> ACTIVITY:
Every line in the data must be transcribed exactly.

▽

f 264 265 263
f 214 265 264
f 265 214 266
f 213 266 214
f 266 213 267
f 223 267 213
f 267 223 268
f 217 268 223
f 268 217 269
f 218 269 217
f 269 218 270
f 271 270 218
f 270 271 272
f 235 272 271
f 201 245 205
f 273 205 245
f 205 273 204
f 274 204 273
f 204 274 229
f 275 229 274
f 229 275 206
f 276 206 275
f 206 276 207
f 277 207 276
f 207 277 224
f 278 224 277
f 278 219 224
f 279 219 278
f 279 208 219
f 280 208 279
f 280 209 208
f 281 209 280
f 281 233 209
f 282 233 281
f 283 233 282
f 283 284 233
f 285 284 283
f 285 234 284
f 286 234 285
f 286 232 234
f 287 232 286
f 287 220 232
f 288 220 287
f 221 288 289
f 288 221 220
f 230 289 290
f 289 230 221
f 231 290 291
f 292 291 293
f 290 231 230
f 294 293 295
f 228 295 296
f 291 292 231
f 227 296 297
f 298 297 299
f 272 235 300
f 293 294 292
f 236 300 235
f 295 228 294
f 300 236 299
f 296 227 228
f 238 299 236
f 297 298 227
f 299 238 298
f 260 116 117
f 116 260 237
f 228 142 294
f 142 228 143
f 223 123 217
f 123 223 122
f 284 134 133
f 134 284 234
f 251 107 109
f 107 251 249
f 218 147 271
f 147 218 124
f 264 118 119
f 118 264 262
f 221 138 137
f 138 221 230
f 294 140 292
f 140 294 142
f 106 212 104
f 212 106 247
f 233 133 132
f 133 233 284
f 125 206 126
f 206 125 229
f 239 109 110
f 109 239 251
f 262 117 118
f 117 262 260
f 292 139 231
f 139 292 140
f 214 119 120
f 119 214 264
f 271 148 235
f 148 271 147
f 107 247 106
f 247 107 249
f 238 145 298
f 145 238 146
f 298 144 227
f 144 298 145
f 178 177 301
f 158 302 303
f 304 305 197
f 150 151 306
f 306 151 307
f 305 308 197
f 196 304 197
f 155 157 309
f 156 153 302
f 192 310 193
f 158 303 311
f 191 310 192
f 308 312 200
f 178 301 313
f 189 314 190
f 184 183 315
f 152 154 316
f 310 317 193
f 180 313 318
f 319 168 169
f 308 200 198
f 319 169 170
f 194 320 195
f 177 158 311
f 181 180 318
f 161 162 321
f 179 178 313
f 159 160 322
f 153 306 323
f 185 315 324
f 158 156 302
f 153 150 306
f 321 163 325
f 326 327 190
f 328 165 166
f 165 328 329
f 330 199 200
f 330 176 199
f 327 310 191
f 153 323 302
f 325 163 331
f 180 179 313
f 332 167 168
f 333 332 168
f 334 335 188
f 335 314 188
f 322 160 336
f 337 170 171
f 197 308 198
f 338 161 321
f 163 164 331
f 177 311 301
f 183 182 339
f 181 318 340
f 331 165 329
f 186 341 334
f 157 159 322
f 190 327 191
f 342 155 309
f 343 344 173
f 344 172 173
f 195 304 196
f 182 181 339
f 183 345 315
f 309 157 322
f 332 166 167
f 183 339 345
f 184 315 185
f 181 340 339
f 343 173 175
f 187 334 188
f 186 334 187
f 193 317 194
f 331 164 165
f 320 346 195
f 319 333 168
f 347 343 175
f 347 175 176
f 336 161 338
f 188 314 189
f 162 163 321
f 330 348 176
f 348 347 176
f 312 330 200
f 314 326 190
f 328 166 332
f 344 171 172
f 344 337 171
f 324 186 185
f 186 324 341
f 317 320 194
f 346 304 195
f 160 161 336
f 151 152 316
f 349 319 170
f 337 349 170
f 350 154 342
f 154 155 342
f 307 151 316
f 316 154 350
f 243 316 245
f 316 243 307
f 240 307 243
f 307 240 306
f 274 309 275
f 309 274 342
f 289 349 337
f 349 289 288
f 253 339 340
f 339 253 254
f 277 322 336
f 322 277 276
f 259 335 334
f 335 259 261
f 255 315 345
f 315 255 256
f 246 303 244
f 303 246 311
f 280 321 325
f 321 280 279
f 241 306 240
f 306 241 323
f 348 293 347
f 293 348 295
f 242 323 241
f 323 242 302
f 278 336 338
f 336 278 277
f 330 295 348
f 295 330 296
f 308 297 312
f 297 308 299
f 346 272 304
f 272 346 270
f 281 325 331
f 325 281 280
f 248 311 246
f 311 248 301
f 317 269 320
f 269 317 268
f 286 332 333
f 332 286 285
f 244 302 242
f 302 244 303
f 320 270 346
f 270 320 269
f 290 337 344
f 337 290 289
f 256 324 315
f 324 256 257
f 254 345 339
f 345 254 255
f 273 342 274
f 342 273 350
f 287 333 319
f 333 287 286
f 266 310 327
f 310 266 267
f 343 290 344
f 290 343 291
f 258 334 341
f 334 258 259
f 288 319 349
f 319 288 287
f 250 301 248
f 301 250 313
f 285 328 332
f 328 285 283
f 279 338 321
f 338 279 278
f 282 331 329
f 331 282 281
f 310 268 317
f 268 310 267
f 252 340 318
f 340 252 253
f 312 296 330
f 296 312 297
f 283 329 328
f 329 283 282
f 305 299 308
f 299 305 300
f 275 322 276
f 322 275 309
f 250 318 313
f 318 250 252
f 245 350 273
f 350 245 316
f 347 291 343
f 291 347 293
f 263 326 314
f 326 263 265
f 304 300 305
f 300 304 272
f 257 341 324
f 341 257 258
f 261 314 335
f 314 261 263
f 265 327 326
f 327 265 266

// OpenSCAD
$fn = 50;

△

> OUTPUT BELOW:
f 264 265 263
f 214 265 264
f 265 214 266
f 213 266 214
f 266 213 267
f 223 267 213
f 267 223 268
f 217 268 223
f 268 217 269
f 218 269 217
f 269 218 270
f 271 270 218
f 270 271 272
f 235 272 271
f 201 245 205
f 273 205 245
f 205 273 204
f 274 204 273
f 204 274 229
f 275 229 274
f 229 275 206
f 276 206 275
f 206 276 207
f 277 207 276
f 207 277 224
f 278 224 277
f 278 219 224
f 279 219 278
f 279 208 219
f 280 208 279
f 280 209 208
f 281 209 280
f 281 233 209
f 282 233 281
f 283 233 282
f 283 284 233
f 285 284 283
f 285 234 284
f 286 234 285
f 286 232 234
f 287 232 286
f 287 220 232
f 288 220 287
f 221 288 289
f 288 221 220
f 230 289 290
f 289 230 221
f 231 290 291
f 292 291 293
f 290 231 230
f 294 293 295
f 228 295 296
f 291 292 231
f 227 296 297
f 298 297 299
f 272 235 300
f 293 294 292
f 236 300 235
f 295 228 294
f 300 236 299
f 296 227 228
f 238 299 236
f 297 298 227
f 299 238 298
f 260 116 117
f 116 260 237
f 228 142 294
f 142 228 143
f 223 123 217
f 123 223 122
f 284 134 133
f 134 284 234
f 251 107 109
f 107 251 249
f 218 147 271
f 147 218 124
f 264 118 119
f 118 264 262
f 221 138 137
f 138 221 230
f 294 140 292
f 140 294 142
f 106 212 104
f 212 106 247
f 233 133 132
f 133 233 284
f 125 206 126
f 206 125 229
f 239 109 110
f 109 239 251
f 262 117 118
f 117 262 260
f 292 139 231
f 139 292 140
f 214 119 120
f 119 214 264
f 271 148 235
f 148 271 147
f 107 247 106
f 247 107 249
f 238 145 298
f 145 238 146
f 298 144 227
f 144 298 145
f 178 177 301
f 158 302 303
f 304 305 197
f 150 151 306
f 306 151 307
f 305 308 197
f 196 304 197
f 155 157 309
f 156 153 302
f 192 310 193
f 158 303 311
f 191 310 192
f 308 312 200
f 178 301 313
f 189 314 190
f 184 183 315
f 152 154 316
f 310 317 193
f 180 313 318
f 319 168 169
f 308 200 198
f 319 169 170
f 194 320 195
f 177 158 311
f 181 180 318
f 161 162 321
f 179 178 313
f 159 160 322
f 153 306 323
f 185 315 324
f 158 156 302
f 153 150 306
f 321 163 325
f 326 327 190
f 328 165 166
f 165 328 329
f 330 199 200
f 330 176 199
f 327 310 191
f 153 323 302
f 325 163 331
f 180 179 313
f 332 167 168
f 333 332 168
f 334 335 188
f 335 314 188
f 322 160 336
f 337 170 171
f 197 308 198
f 338 161 321
f 163 164 331
f 177 311 301
f 183 182 339
f 181 318 340
f 331 165 329
f 186 341 334
f 157 159 322
f 190 327 191
f 342 155 309
f 343 344 173
f 344 172 173
f 195 304 196
f 182 181 339
f 183 345 315
f 309 157 322
f 332 166 167
f 183 339 345
f 184 315 185
f 181 340 339
f 343 173 175
f 187 334 188
f 186 334 187
f 193 317 194
f 331 164 165
f 320 346 195
f 319 333 168
f 347 343 175
f 347 175 176
f 336 161 338
f 188 314 189
f 162 163 321
f 330 348 176
f 348 347 176
f 312 330 200
f 314 326 190
f 328 166 332
f 344 171 172
f 344 337 171
f 324 186 185
f 186 324 341
f 317 320 194
f 346 304 195
f 160 161 336
f 151 152 316
f 349 319 170
f 337 349 170
f 350 154 342
f 154 155 342
f 307 151 316
f 316 154 350
f 243 316 245
f 316 243 307
f 240 307 243
f 307 240 306
f 274 309 275
f 309 274 342
f 289 349 337
f 349 289 288
f 253 339 340
f 339 253 254
f 277 322 336
f 322 277 276
f 259 335 334
f 335 259 261
f 255 315 345
f 315 255 256
f 246 303 244
f 303 246 311
f 280 321 325
f 321 280 279
f 241 306 240
f 306 241 323
f 348 293 347
f 293 348 295
f 242 323 241
f 323 242 302
f 278 336 338
f 336 278 277
f 330 295 348
f 295 330 296
f 308 297 312
f 297 308 299
f 346 272 304
f 272 346 270
f 281 325 331
f 325 281 280
f 248 311 246
f 311 248 301
f 317 269 320
f 269 317 268
f 286 332 333
f 332 286 285
f 244 302 242
f 302 244 303
f 320 270 346
f 270 320 269
f 290 337 344
f 337 290 289
f 256 324 315
f 324 256 257
f 254 345 339
f 345 254 255
f 273 342 274
f 342 273 350
f 287 333 319
f 333 287 286
f 266 310 327
f 310 266 267
f 343 290 344
f 290 343 291
f 258 334 341
f 334 258 259
f 288 319 349
f 319 288 287
f 250 301 248
f 301 250 313
f 285 328 332
f 328 285 283
f 279 338 321
f 338 279 278
f 282 331 329
f 331 282 281
f 310 268 317
f 268 310 267
f 252 340 318
f 340 252 253
f 312 296 330
f 296 312 297
f 283 329 328
f 329 283 282
f 305 299 308
f 299 305 300
f 275 322 276
f 322 275 309
f 250 318 313
f 318 250 252
f 245 350 273
f 350 245 316
f 347 291 343
f 291 347 293
f 263 326 314
f 326 263 265
f 304 300 305
f 300 304 272
f 257 341 324
f 341 257 258
f 261 314 335
f 314 261 263
f 265 327 326
f 327 265 266

// OpenSCAD
$fn = 50;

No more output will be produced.